====== Entries shown ======
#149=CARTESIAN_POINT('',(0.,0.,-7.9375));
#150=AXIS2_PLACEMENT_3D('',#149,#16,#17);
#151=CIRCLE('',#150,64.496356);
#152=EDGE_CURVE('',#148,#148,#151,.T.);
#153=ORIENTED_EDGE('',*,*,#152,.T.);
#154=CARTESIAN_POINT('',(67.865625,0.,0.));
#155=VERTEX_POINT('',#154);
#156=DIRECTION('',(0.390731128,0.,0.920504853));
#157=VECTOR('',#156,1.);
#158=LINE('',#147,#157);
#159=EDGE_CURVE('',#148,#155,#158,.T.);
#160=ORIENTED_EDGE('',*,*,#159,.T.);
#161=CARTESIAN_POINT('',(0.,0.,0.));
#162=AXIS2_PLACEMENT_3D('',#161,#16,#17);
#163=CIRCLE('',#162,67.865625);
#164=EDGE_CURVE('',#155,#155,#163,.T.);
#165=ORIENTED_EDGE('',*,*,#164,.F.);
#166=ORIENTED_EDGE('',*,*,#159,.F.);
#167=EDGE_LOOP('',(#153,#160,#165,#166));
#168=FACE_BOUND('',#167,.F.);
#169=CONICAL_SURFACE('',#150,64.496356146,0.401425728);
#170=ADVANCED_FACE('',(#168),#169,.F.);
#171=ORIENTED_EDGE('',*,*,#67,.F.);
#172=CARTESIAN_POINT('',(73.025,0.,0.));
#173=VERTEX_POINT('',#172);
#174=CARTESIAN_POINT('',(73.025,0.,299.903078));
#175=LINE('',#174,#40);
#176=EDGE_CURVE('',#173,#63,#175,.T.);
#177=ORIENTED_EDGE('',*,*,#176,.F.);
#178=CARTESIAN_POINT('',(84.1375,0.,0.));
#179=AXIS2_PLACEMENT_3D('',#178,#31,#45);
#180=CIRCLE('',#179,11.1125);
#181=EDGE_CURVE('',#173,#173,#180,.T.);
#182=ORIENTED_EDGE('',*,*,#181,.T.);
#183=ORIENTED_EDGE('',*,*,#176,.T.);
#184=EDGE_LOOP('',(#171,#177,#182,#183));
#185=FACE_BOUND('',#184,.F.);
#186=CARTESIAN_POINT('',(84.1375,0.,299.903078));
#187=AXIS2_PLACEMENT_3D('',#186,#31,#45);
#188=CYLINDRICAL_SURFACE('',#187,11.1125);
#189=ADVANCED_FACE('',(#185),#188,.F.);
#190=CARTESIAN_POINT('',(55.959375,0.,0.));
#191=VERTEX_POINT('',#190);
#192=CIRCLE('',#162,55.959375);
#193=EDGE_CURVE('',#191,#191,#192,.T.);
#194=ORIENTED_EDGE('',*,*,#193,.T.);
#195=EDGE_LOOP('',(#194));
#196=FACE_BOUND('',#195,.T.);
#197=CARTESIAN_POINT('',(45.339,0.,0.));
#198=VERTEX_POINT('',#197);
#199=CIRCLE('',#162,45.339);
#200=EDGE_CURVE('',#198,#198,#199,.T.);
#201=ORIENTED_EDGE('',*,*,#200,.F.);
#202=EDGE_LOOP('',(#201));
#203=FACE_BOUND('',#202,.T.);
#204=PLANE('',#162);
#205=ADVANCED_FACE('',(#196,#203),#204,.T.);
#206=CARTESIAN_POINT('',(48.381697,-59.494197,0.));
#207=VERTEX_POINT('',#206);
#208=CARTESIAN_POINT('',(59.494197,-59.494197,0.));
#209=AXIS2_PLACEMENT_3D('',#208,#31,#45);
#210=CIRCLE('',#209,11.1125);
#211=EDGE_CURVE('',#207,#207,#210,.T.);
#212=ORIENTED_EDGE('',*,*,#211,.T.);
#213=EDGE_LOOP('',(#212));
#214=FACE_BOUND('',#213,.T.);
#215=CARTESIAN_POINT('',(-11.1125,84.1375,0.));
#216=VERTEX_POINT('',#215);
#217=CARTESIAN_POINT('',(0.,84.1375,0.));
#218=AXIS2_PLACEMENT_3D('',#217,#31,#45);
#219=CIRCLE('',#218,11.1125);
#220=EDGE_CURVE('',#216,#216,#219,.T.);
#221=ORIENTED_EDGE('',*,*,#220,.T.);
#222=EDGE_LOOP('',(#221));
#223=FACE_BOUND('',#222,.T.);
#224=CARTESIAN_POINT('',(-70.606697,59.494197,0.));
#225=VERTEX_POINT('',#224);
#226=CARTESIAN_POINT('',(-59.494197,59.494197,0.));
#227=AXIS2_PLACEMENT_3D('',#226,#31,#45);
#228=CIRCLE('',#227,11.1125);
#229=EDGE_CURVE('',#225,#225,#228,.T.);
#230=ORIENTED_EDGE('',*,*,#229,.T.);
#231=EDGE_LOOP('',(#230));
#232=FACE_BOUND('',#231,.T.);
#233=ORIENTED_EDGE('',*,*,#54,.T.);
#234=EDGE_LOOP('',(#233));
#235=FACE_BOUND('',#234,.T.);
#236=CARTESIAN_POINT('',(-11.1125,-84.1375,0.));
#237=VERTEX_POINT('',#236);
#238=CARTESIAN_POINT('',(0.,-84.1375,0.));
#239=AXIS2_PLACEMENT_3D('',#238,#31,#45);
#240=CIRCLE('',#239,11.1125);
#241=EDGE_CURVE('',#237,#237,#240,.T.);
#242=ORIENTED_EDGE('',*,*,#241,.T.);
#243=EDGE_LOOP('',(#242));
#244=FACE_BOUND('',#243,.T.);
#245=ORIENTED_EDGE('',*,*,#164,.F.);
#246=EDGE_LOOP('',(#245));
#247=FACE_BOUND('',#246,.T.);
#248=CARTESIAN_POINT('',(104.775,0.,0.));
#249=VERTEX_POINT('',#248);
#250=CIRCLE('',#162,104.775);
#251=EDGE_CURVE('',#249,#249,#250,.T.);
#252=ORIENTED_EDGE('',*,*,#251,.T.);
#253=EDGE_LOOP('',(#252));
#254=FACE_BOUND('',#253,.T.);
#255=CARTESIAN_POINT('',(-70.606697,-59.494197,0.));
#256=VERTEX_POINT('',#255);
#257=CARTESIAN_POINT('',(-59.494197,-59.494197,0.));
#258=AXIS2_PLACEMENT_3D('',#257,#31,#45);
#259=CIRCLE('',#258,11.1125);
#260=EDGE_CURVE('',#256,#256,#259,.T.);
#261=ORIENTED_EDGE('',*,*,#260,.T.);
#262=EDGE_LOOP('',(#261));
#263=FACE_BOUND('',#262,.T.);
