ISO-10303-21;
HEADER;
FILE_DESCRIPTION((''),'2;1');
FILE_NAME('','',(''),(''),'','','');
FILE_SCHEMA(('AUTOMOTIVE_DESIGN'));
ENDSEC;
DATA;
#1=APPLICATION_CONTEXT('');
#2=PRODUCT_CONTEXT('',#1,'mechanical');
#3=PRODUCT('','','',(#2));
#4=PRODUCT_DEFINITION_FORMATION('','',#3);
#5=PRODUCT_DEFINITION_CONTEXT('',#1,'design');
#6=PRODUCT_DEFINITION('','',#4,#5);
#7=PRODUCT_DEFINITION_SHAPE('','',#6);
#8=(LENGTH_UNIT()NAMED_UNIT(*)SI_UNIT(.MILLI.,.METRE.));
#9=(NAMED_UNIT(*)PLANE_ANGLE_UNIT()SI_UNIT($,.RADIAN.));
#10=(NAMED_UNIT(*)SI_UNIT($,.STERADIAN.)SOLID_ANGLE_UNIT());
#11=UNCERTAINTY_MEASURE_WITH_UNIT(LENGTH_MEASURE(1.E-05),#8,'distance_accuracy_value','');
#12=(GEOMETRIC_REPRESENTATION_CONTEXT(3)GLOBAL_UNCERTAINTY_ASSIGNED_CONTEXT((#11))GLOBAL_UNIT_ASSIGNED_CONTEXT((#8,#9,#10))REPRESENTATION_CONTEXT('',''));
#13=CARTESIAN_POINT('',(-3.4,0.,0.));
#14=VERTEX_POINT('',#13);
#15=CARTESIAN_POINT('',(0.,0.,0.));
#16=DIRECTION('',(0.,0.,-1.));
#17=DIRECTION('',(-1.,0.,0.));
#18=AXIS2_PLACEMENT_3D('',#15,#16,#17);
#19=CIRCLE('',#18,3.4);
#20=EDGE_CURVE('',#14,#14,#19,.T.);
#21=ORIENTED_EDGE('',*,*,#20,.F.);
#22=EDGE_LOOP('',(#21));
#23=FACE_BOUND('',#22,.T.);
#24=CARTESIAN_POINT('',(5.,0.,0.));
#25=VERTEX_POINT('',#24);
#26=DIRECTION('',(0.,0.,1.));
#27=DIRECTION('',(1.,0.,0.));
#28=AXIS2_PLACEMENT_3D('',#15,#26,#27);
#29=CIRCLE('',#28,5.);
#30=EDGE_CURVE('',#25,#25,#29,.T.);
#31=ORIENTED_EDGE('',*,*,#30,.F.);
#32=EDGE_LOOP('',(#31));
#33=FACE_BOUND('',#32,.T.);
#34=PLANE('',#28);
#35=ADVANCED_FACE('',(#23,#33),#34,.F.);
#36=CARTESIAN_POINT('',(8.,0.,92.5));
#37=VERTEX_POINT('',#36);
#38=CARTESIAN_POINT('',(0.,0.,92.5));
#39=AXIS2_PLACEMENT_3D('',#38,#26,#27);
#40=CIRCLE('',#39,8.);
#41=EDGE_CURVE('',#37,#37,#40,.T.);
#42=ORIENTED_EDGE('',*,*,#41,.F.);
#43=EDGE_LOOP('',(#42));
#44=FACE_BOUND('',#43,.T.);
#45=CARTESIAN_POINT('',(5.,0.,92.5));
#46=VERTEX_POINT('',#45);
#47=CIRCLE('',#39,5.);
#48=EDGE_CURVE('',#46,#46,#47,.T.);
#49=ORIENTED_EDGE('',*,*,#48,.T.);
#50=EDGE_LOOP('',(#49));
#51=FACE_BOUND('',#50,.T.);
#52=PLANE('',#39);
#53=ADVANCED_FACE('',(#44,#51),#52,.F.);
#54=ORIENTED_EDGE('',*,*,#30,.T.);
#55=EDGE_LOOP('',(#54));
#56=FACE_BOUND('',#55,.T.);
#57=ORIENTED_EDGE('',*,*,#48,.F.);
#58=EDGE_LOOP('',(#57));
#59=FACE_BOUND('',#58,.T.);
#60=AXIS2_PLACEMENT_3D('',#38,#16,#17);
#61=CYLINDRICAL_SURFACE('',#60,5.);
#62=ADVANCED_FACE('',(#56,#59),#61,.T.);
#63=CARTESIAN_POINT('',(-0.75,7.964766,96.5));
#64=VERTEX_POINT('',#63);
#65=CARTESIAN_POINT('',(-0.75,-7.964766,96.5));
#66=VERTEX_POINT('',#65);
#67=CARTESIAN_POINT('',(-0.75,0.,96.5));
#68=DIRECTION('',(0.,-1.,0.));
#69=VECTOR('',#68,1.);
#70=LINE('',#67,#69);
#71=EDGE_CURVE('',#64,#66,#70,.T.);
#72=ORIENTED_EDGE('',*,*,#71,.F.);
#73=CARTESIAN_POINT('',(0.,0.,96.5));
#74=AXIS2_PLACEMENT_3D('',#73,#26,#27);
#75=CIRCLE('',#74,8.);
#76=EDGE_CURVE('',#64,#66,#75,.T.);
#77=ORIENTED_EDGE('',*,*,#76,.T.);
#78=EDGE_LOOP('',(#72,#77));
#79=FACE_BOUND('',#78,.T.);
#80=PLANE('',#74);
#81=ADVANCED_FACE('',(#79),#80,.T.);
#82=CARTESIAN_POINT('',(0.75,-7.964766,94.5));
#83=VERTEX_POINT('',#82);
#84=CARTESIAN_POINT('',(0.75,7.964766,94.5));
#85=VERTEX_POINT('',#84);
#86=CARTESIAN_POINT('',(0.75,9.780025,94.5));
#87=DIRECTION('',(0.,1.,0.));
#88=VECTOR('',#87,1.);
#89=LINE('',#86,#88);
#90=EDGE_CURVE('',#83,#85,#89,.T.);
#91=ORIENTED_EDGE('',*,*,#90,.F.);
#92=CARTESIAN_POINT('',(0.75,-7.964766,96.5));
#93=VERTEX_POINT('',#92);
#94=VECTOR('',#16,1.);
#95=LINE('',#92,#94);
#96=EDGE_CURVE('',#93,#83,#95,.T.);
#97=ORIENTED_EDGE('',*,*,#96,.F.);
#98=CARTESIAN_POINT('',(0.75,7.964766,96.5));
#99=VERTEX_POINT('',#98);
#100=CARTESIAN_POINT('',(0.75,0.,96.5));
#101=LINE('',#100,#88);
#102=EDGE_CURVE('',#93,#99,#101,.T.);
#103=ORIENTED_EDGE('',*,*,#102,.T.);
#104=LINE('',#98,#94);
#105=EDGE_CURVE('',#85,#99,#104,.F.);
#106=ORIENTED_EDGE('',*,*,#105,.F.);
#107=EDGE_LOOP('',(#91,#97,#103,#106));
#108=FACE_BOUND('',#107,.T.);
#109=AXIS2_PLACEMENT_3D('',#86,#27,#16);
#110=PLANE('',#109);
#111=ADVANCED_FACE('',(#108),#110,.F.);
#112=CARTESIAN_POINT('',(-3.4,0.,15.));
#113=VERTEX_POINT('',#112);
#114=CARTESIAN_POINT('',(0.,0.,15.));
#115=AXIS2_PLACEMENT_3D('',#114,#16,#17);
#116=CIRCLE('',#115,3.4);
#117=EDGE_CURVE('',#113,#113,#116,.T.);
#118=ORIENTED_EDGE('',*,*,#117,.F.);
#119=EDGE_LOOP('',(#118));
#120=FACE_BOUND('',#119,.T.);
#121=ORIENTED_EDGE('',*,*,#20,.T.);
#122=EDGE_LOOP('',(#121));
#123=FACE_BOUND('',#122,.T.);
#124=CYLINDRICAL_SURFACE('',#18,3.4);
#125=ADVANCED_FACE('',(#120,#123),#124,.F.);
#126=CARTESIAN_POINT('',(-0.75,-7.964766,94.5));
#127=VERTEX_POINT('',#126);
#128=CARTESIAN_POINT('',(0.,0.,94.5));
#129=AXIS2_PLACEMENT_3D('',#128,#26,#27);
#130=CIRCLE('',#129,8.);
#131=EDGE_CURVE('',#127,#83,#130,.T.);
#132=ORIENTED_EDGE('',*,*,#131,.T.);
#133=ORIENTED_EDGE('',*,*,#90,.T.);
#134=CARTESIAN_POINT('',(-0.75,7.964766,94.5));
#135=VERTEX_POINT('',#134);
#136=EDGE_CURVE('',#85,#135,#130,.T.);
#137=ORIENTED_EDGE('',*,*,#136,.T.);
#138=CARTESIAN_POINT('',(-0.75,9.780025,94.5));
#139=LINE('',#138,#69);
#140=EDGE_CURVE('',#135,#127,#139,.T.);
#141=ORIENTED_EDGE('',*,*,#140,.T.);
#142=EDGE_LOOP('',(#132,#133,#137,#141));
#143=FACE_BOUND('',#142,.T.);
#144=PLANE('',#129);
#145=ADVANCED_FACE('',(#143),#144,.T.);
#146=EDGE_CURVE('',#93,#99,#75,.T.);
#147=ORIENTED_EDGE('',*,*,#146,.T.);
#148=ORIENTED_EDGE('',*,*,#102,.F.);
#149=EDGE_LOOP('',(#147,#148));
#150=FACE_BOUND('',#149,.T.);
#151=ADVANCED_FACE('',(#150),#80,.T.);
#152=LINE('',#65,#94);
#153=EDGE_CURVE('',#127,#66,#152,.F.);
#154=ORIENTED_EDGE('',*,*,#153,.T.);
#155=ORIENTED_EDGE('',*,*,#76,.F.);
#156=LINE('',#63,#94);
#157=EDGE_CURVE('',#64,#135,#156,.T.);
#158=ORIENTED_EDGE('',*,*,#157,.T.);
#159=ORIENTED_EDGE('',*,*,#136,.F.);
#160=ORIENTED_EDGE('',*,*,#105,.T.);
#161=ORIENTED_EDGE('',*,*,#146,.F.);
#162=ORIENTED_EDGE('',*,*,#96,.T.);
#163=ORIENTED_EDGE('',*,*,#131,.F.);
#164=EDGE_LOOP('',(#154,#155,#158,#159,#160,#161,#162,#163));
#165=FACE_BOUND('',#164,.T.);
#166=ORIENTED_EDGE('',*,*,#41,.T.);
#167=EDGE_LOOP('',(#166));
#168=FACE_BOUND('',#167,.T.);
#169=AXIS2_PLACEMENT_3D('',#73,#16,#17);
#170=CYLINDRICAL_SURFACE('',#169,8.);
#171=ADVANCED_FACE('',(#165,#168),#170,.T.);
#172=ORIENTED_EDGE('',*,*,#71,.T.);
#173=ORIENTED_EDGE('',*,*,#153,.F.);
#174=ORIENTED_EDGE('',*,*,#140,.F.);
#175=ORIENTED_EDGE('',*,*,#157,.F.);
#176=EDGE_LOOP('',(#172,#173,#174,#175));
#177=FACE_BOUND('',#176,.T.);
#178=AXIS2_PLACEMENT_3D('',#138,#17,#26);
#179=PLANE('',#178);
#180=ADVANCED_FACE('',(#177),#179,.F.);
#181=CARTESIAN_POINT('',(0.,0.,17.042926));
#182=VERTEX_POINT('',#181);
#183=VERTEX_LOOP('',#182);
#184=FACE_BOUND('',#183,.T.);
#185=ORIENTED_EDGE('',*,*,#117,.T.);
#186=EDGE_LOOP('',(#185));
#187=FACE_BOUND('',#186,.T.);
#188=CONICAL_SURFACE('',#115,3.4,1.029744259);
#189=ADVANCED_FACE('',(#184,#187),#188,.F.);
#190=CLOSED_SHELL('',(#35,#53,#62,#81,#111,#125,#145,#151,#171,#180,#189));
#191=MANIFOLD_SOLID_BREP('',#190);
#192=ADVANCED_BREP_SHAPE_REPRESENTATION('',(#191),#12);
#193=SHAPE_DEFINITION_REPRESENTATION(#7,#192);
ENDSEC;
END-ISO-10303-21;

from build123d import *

# Parameters (mm, degrees)
SKETCH_1_R             = 5
EXTRUDE_1_DEPTH        = 92.5
SKETCH_2_R             = 8
EXTRUDE_2_DEPTH        = 4
SKETCH_4_W             = 1.5
SKETCH_4_H             = 19.56005024
CUT_EXTRUDE_1_DEPTH    = 2
HOLE_WIZARD_M8_1_D     = 6.8
HOLE_WIZARD_M8_1_DEPTH = 15
HOLE_WIZARD_M8_1_TIP   = 2.042926105


with BuildPart() as part:
    # 草图1 → 凸台-拉伸1 (new body)
    with BuildSketch(Plane.XY):
        Circle(SKETCH_1_R)
    extrude(amount=EXTRUDE_1_DEPTH)

    # 草图2 → 凸台-拉伸2 (add)
    with BuildSketch(Plane.XY.offset(92.5)):
        Circle(SKETCH_2_R)
    extrude(amount=EXTRUDE_2_DEPTH)

    # 草图4 → 切除-拉伸1 (cut)
    with BuildSketch(Plane.XY.offset(96.5)):
        Rectangle(SKETCH_4_W, SKETCH_4_H)
    extrude(amount=-CUT_EXTRUDE_1_DEPTH, mode=Mode.SUBTRACT)

    # M8 螺纹孔的螺纹孔钻头1
    with Locations(Plane(origin=(0, 0, 0), x_dir=(-1, 0, 0), z_dir=(0, 0, -1))):
        with Locations((0, 0)):
            Hole(HOLE_WIZARD_M8_1_D / 2, depth=HOLE_WIZARD_M8_1_DEPTH)
            with Locations((0, 0, -(HOLE_WIZARD_M8_1_DEPTH + HOLE_WIZARD_M8_1_TIP / 2))):  # 118° drill point
                Cone(0, HOLE_WIZARD_M8_1_D / 2, HOLE_WIZARD_M8_1_TIP, mode=Mode.SUBTRACT)


solid = part.part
======
Activity — Please output exactly the lines between the one holding "#127=VERTEX_POINT('',#126);" and the one holding "#150=FACE_BOUND('',#149,.T.);" in the records above, inclusive, and nothing more.

Reply —
#127=VERTEX_POINT('',#126);
#128=CARTESIAN_POINT('',(0.,0.,94.5));
#129=AXIS2_PLACEMENT_3D('',#128,#26,#27);
#130=CIRCLE('',#129,8.);
#131=EDGE_CURVE('',#127,#83,#130,.T.);
#132=ORIENTED_EDGE('',*,*,#131,.T.);
#133=ORIENTED_EDGE('',*,*,#90,.T.);
#134=CARTESIAN_POINT('',(-0.75,7.964766,94.5));
#135=VERTEX_POINT('',#134);
#136=EDGE_CURVE('',#85,#135,#130,.T.);
#137=ORIENTED_EDGE('',*,*,#136,.T.);
#138=CARTESIAN_POINT('',(-0.75,9.780025,94.5));
#139=LINE('',#138,#69);
#140=EDGE_CURVE('',#135,#127,#139,.T.);
#141=ORIENTED_EDGE('',*,*,#140,.T.);
#142=EDGE_LOOP('',(#132,#133,#137,#141));
#143=FACE_BOUND('',#142,.T.);
#144=PLANE('',#129);
#145=ADVANCED_FACE('',(#143),#144,.T.);
#146=EDGE_CURVE('',#93,#99,#75,.T.);
#147=ORIENTED_EDGE('',*,*,#146,.T.);
#148=ORIENTED_EDGE('',*,*,#102,.F.);
#149=EDGE_LOOP('',(#147,#148));
#150=FACE_BOUND('',#149,.T.);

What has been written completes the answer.